This letter was discussed at the meeting of the Company’s Board on 20 November 2001. Mr and Mrs Bass, Mr Mingay, Mr Clarke and Mr Dixon signed their respective copies of the letters before or at the meeting and these were collected by Mr Mark Dixon at the end of the meeting.
In April 2004 the Board of the Company agreed that the 80 shares held jointly by Mr and Mrs Bass could be split into individual shareholdings of 40 shares each.
The history can then be moved forward to 2009. By then the Company was generally profitable, yielding on average a yearly net profit of approximately £300,000 before tax. Prior to 2009, Mr Dixon, Mr Mark Dixon, Mr Wells and Mr Clarke did not take an active part in the day to day management of the Company, which was left largely to Mr Mingay and Mr Bass.
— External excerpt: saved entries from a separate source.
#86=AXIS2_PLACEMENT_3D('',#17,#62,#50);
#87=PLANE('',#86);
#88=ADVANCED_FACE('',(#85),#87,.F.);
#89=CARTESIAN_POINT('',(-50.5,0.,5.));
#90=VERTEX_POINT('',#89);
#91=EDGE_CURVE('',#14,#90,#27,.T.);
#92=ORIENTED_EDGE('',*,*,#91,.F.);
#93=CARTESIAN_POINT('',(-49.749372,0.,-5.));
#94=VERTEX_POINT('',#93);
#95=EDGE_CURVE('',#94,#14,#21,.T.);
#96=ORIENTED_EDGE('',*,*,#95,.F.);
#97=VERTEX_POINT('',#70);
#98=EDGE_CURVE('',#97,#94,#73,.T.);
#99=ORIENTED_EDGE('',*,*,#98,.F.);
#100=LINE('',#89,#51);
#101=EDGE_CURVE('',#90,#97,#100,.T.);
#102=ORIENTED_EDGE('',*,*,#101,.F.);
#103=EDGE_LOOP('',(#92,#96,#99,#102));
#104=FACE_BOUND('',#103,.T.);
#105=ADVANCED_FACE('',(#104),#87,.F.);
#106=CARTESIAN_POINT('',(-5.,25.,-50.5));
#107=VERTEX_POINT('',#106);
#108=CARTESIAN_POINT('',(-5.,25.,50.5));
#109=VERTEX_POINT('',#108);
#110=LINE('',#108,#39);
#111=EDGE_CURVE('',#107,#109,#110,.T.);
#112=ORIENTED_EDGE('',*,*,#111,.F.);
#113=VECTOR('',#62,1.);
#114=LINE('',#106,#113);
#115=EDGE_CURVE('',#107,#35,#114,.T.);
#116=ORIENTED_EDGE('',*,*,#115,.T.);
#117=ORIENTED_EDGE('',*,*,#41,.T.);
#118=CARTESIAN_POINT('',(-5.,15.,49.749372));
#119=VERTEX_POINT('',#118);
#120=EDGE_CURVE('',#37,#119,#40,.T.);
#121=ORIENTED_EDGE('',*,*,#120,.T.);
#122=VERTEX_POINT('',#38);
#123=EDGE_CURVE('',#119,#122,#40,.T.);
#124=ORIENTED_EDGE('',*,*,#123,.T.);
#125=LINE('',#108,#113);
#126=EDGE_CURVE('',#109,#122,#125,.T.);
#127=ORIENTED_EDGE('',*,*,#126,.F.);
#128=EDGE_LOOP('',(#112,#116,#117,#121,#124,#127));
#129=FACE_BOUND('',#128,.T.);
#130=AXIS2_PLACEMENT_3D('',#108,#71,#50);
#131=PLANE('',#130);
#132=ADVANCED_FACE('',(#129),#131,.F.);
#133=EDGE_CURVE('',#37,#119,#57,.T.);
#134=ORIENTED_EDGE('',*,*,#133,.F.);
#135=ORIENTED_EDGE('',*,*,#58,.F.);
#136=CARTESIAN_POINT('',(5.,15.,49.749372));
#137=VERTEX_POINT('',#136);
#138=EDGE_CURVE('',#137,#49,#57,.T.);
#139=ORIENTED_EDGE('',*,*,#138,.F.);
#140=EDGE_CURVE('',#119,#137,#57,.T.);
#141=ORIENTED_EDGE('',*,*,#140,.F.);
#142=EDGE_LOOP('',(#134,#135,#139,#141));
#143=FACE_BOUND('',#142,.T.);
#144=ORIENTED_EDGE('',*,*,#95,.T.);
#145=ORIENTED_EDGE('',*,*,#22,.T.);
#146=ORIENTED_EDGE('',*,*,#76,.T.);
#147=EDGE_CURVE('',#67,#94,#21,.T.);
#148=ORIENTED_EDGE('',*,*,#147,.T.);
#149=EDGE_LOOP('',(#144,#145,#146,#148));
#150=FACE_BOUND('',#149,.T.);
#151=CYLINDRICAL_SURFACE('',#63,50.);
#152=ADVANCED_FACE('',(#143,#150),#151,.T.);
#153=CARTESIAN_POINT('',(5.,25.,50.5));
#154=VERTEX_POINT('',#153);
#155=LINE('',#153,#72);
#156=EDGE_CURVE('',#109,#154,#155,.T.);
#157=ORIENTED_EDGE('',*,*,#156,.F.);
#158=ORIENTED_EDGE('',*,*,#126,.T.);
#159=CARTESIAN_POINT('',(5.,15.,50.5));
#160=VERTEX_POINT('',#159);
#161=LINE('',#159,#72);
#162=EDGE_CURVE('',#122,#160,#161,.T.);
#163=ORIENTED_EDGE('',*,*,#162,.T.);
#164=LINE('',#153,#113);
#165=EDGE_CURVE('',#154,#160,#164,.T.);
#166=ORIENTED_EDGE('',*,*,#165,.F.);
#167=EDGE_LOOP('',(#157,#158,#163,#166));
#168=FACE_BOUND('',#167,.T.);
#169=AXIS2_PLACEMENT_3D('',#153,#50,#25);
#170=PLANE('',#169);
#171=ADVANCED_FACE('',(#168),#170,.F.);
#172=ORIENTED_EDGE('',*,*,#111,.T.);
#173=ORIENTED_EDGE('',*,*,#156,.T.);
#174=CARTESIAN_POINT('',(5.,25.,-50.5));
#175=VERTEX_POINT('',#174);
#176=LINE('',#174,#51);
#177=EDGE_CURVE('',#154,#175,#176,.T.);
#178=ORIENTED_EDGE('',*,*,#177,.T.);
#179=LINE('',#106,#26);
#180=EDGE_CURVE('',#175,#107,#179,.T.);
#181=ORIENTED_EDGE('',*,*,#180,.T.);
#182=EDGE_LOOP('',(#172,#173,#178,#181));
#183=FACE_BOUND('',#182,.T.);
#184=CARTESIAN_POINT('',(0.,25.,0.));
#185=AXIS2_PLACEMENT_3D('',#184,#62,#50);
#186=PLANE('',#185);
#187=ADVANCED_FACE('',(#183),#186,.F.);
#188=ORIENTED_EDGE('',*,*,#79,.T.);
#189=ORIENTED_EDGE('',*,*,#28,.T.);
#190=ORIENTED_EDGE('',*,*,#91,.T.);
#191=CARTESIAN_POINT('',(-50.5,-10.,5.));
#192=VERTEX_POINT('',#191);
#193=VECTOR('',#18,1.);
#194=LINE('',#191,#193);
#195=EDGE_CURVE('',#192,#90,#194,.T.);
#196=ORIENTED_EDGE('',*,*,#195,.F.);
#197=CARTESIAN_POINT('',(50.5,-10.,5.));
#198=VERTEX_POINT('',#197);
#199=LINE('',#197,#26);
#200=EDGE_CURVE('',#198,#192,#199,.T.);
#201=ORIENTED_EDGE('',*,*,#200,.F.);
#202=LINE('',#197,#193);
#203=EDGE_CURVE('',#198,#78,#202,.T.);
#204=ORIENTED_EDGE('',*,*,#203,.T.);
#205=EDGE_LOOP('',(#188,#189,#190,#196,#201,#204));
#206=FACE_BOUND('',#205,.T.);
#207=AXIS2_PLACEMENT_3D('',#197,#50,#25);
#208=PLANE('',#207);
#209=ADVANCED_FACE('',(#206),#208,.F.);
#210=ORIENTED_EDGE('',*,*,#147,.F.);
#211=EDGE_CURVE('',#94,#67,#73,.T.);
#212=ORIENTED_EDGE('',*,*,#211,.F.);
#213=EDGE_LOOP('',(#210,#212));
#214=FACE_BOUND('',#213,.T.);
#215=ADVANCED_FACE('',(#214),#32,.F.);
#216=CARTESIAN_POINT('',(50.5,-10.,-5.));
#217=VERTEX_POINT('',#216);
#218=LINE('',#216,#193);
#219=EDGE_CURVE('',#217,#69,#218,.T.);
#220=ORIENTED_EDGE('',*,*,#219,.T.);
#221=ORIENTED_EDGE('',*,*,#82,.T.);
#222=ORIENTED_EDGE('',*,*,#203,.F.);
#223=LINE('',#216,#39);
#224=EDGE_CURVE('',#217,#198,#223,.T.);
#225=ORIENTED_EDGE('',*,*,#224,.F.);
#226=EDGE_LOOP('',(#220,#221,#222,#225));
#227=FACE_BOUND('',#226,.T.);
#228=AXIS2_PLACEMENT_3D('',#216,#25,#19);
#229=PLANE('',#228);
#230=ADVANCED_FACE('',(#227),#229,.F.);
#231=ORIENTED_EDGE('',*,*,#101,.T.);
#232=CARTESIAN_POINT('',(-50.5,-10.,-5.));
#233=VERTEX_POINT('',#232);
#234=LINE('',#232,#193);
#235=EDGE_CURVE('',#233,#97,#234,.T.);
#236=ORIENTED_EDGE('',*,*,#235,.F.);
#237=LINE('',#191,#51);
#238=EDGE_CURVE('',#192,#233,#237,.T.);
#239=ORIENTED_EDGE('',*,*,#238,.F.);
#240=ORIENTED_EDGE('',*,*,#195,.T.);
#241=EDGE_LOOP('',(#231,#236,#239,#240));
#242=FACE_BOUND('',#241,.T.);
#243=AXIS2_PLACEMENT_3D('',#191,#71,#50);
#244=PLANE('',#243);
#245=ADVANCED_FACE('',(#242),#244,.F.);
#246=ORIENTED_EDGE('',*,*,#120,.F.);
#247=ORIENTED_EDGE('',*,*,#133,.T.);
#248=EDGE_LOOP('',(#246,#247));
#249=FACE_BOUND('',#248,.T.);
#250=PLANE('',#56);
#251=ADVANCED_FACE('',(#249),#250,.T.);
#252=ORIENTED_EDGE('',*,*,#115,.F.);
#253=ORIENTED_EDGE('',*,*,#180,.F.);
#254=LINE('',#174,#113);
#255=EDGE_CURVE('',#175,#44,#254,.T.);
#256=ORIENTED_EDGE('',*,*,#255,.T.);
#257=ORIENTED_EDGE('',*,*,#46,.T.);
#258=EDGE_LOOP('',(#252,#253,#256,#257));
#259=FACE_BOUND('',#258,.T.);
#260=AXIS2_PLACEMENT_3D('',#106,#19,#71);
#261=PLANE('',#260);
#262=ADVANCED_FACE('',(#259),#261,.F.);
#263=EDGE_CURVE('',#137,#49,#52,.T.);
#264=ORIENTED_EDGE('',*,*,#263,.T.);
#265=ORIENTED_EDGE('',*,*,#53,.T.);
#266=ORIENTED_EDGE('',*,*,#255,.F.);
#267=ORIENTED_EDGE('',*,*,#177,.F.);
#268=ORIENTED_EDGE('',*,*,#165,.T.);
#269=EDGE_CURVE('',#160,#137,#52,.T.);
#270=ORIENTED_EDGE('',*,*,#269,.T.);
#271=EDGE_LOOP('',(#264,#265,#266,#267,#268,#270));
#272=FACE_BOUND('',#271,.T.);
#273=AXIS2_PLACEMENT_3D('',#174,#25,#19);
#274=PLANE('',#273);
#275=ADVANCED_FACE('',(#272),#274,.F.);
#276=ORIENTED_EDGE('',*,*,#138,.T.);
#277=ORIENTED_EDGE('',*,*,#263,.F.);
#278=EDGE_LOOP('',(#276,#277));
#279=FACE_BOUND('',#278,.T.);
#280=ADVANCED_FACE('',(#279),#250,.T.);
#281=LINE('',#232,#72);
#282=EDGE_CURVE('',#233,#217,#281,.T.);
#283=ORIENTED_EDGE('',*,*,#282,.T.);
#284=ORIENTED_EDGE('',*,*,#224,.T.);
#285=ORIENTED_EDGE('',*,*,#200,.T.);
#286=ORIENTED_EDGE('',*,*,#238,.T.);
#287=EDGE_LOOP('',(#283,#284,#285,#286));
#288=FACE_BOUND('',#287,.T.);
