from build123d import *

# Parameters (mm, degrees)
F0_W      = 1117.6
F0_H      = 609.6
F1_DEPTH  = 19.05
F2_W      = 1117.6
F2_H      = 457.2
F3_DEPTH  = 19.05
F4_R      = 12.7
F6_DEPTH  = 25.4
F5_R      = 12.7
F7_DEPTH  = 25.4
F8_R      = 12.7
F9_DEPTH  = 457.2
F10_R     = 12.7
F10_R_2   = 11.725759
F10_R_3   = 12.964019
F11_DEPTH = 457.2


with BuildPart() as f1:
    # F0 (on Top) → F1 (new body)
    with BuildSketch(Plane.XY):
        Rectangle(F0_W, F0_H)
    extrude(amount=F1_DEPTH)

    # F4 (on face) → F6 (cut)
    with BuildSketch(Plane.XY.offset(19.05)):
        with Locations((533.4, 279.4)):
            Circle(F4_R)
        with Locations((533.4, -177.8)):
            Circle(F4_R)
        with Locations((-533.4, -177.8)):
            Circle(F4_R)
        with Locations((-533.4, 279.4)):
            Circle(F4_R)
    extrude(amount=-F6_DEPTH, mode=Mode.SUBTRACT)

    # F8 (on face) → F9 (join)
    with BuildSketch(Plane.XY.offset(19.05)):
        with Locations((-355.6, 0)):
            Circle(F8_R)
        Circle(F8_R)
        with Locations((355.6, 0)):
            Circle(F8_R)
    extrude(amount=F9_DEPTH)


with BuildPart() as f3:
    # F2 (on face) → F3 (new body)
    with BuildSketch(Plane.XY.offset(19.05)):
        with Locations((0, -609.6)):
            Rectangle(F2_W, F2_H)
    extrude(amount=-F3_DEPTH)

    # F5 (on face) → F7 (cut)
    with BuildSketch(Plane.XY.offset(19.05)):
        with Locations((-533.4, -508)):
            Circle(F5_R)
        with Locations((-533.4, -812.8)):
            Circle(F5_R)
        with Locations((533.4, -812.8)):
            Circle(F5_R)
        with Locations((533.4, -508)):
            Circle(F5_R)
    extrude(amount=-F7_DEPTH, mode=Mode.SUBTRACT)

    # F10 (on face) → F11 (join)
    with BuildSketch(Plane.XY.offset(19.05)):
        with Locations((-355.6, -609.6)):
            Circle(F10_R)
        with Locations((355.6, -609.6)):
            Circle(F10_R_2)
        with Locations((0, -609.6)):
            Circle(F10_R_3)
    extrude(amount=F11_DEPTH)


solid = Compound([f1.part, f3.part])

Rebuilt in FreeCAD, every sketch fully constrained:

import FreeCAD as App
import Part
import Sketcher
Q = App.Units.Quantity


def add_polygon(sketch, points):
    """Adds a closed chain of lines whose ends are joined by coincident constraints."""
    first, n = sketch.GeometryCount, len(points)
    for a, b in zip(points, points[1:] + points[:1]):
        sketch.addGeometry(Part.LineSegment(App.Vector(*a, 0), App.Vector(*b, 0)), False)
    for i in range(n):
        sketch.addConstraint(Sketcher.Constraint("Coincident", first + i, 2, first + (i + 1) % n, 1))

doc = App.newDocument("Part")
body = doc.addObject("PartDesign::Body", "Body")

sketch1 = doc.addObject("Sketcher::SketchObject", "Sketch")
body.addObject(sketch1)
sketch1.AttachmentSupport = (doc.XY_Plane, [""])
sketch1.MapMode = "FlatFace"
add_polygon(sketch1, [(-558.8, 304.8), (-558.8, -304.8), (558.8, -304.8), (558.8, 304.8)])
sketch1.addConstraint([
    Sketcher.Constraint("Vertical", 0),
    Sketcher.Constraint("Horizontal", 1),
    Sketcher.Constraint("Vertical", 2),
    Sketcher.Constraint("Horizontal", 3),
    Sketcher.Constraint("Symmetric", 0, 2, 2, 2, -1, 1),
    Sketcher.Constraint("DistanceX", 1, 1, 1, 2, Q("44 in")),
    Sketcher.Constraint("DistanceY", 0, 2, 0, 1, Q("24 in")),
])
pad1 = doc.addObject("PartDesign::Pad", "Pad")
body.addObject(pad1)
pad1.Profile = sketch1
pad1.Length = Q("0.75 in")

sketch2 = doc.addObject("Sketcher::SketchObject", "Sketch001")
body.addObject(sketch2)
sketch2.AttachmentSupport = (doc.XY_Plane, [""])
sketch2.MapMode = "FlatFace"
sketch2.AttachmentOffset = App.Placement(App.Vector(0, 0, 0.75 * 25.4), App.Rotation())
sketch2.addGeometry([
    Part.Circle(App.Vector(533.4, 279.4, 0), App.Vector(0, 0, 1), 12.7),
    Part.Circle(App.Vector(533.4, -177.8, 0), App.Vector(0, 0, 1), 12.7),
    Part.Circle(App.Vector(-533.4, -177.8, 0), App.Vector(0, 0, 1), 12.7),
    Part.Circle(App.Vector(-533.4, 279.4, 0), App.Vector(0, 0, 1), 12.7),
], False)
sketch2.addConstraint([
    Sketcher.Constraint("Equal", 0, 1),
    Sketcher.Constraint("Equal", 1, 2),
    Sketcher.Constraint("Equal", 2, 3),
    Sketcher.Constraint("Symmetric", 1, 3, 2, 3, -2),
    Sketcher.Constraint("Symmetric", 0, 3, 3, 3, -2),
    Sketcher.Constraint("Vertical", 0, 3, 1, 3),
    Sketcher.Constraint("Diameter", 0, Q("1 in")),
    Sketcher.Constraint("DistanceX", -1, 1, 0, 3, Q("21 in")),
    Sketcher.Constraint("DistanceY", -1, 1, 0, 3, Q("11 in")),
    Sketcher.Constraint("DistanceY", 1, 3, -1, 1, Q("7 in")),
])
pocket1 = doc.addObject("PartDesign::Pocket", "Pocket")
body.addObject(pocket1)
pocket1.Profile = sketch2
pocket1.Length = Q("1 in")

sketch3 = doc.addObject("Sketcher::SketchObject", "Sketch002")
body.addObject(sketch3)
sketch3.AttachmentSupport = (doc.XY_Plane, [""])
sketch3.MapMode = "FlatFace"
sketch3.AttachmentOffset = App.Placement(App.Vector(0, 0, 0.75 * 25.4), App.Rotation())
sketch3.addGeometry([
    Part.Circle(App.Vector(-355.6, 0, 0), App.Vector(0, 0, 1), 12.7),
    Part.Circle(App.Vector(0, 0, 0), App.Vector(0, 0, 1), 12.7),
    Part.Circle(App.Vector(355.6, 0, 0), App.Vector(0, 0, 1), 12.7),
], False)
sketch3.addConstraint([
    Sketcher.Constraint("Coincident", 1, 3, -1, 1),
    Sketcher.Constraint("Equal", 0, 1),
    Sketcher.Constraint("Equal", 1, 2),
    Sketcher.Constraint("Symmetric", 0, 3, 2, 3, -1, 1),
    Sketcher.Constraint("PointOnObject", 0, 3, -1),
    Sketcher.Constraint("Diameter", 0, Q("1 in")),
    Sketcher.Constraint("DistanceX", 0, 3, -1, 1, Q("14 in")),
])
pad2 = doc.addObject("PartDesign::Pad", "Pad001")
body.addObject(pad2)
pad2.Profile = sketch3
pad2.Length = Q("18 in")
body2 = doc.addObject("PartDesign::Body", "Body001")

sketch4 = doc.addObject("Sketcher::SketchObject", "Sketch003")
body2.addObject(sketch4)
sketch4.AttachmentSupport = (doc.getObject("XY_Plane001"), [""])
sketch4.MapMode = "FlatFace"
sketch4.AttachmentOffset = App.Placement(App.Vector(0, 0, 0.75 * 25.4), App.Rotation())
add_polygon(sketch4, [(-558.8, -381), (-558.8, -838.2), (558.8, -838.2), (558.8, -381)])
sketch4.addConstraint([
    Sketcher.Constraint("Vertical", 0),
    Sketcher.Constraint("Horizontal", 1),
    Sketcher.Constraint("Vertical", 2),
    Sketcher.Constraint("Horizontal", 3),
    Sketcher.Constraint("DistanceX", 1, 1, 1, 2, Q("44 in")),
    Sketcher.Constraint("DistanceY", 0, 2, 0, 1, Q("18 in")),
    Sketcher.Constraint("DistanceX", 0, 2, -1, 1, Q("22 in")),
    Sketcher.Constraint("DistanceY", 0, 2, -1, 1, Q("33 in")),
])
pad3 = doc.addObject("PartDesign::Pad", "Pad002")
body2.addObject(pad3)
pad3.Profile = sketch4
pad3.Length = Q("0.75 in")
pad3.Reversed = True

sketch5 = doc.addObject("Sketcher::SketchObject", "Sketch004")
body2.addObject(sketch5)
sketch5.AttachmentSupport = (doc.getObject("XY_Plane001"), [""])
sketch5.MapMode = "FlatFace"
sketch5.AttachmentOffset = App.Placement(App.Vector(0, 0, 0.75 * 25.4), App.Rotation())
sketch5.addGeometry([
    Part.Circle(App.Vector(-533.4, -508, 0), App.Vector(0, 0, 1), 12.7),
    Part.Circle(App.Vector(-533.4, -812.8, 0), App.Vector(0, 0, 1), 12.7),
    Part.Circle(App.Vector(533.4, -812.8, 0), App.Vector(0, 0, 1), 12.7),
    Part.Circle(App.Vector(533.4, -508, 0), App.Vector(0, 0, 1), 12.7),
], False)
sketch5.addConstraint([
    Sketcher.Constraint("Equal", 0, 1),
    Sketcher.Constraint("Equal", 1, 2),
    Sketcher.Constraint("Equal", 2, 3),
    Sketcher.Constraint("Symmetric", 1, 3, 2, 3, -2),
    Sketcher.Constraint("Symmetric", 0, 3, 3, 3, -2),
    Sketcher.Constraint("Vertical", 0, 3, 1, 3),
    Sketcher.Constraint("Diameter", 0, Q("1 in")),
    Sketcher.Constraint("DistanceX", 0, 3, -1, 1, Q("21 in")),
    Sketcher.Constraint("DistanceY", 0, 3, -1, 1, Q("20 in")),
    Sketcher.Constraint("DistanceY", 1, 3, -1, 1, Q("32 in")),
])
pocket2 = doc.addObject("PartDesign::Pocket", "Pocket001")
body2.addObject(pocket2)
pocket2.Profile = sketch5
pocket2.Length = Q("1 in")

sketch6 = doc.addObject("Sketcher::SketchObject", "Sketch005")
body2.addObject(sketch6)
sketch6.AttachmentSupport = (doc.getObject("XY_Plane001"), [""])
sketch6.MapMode = "FlatFace"
sketch6.AttachmentOffset = App.Placement(App.Vector(0, 0, 0.75 * 25.4), App.Rotation())
sketch6.addGeometry([
    Part.Circle(App.Vector(-355.6, -609.6, 0), App.Vector(0, 0, 1), 12.7),
    Part.Circle(App.Vector(355.6, -609.6, 0), App.Vector(0, 0, 1), 11.725759),
    Part.Circle(App.Vector(0, -609.6, 0), App.Vector(0, 0, 1), 12.964019),
], False)
sketch6.addConstraint([
    Sketcher.Constraint("Symmetric", 0, 3, 1, 3, -2),
    Sketcher.Constraint("PointOnObject", 2, 3, -2),
    Sketcher.Constraint("Horizontal", 1, 3, 2, 3),
    Sketcher.Constraint("Diameter", 0, Q("1 in")),
    Sketcher.Constraint("DistanceX", 0, 3, -1, 1, Q("14 in")),
    Sketcher.Constraint("DistanceY", 0, 3, -1, 1, Q("24 in")),
    Sketcher.Constraint("Diameter", 1, Q("23.451518 mm")),
    Sketcher.Constraint("Diameter", 2, Q("25.928038 mm")),
])
pad4 = doc.addObject("PartDesign::Pad", "Pad003")
body2.addObject(pad4)
pad4.Profile = sketch6
pad4.Length = Q("18 in")

doc.recompute()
That did not change until 2009 following the sudden death of Mr Mark Dixon on 14 January 2009.
As appears in greater detail in paragraphs 27 and 28 of the Judgment, the Judge stated that Mr Mark Dixon’s will provided that his 100 shares passed to his widow, Mrs Deirdre Dixon, and Mr Dixon, to be held jointly. The Judge also stated that, in due course, Mrs Deirdre Dixon caused the shares to be registered in her name and then executed a stock transfer form which transferred 50 shares to Mr Dixon, and a copy was sent to the Company on 16 December 2009. She and Mr Dixon also made and signed a written (but undated) declaration of trust to the effect that Deirdre would thereafter hold the shares on trust for herself and Mr Dixon in equal shares.
It was common ground between the parties that, from about this time, Mr Dixon in fact controlled Deirdre’s shares and that the fact that he did so was not disclosed to the Board of Directors of the Company or its members.
The Judge found (at paragraph [28] of the Judgment) that the acquisition of Mrs Deirdre Dixon’s shares by Mr Dixon, and the arrangements entered between them, constituted part of a larger plan to acquire control of the Company together with Mr Wells (who, with his wife, held 100 shares in total). As part of this plan, in or around May or June 2010, Mr Dixon, Mr and Mrs Wells, Mrs Deirdre Dixon and “Newco/KER Secretaries Ltd” (Footnote: 2) entered into an agreement the terms of which were intended to regulate the basis on which Mr Dixon and Mr Wells would acquire the remaining share capital in the Company. The Judge referred to this as the “May/June Agreement”.
An agreement dated 21 June 2010 was subsequently made between KER Secretaries Limited (as purchaser) and Mr Clarke and Ms White (“the Clarke Agreement”). This provided for the sale of the Clarke/White 100 shares for a price of £375,000. This meant that Messrs Dixon and Wells had 400 of the 600 shares under their control.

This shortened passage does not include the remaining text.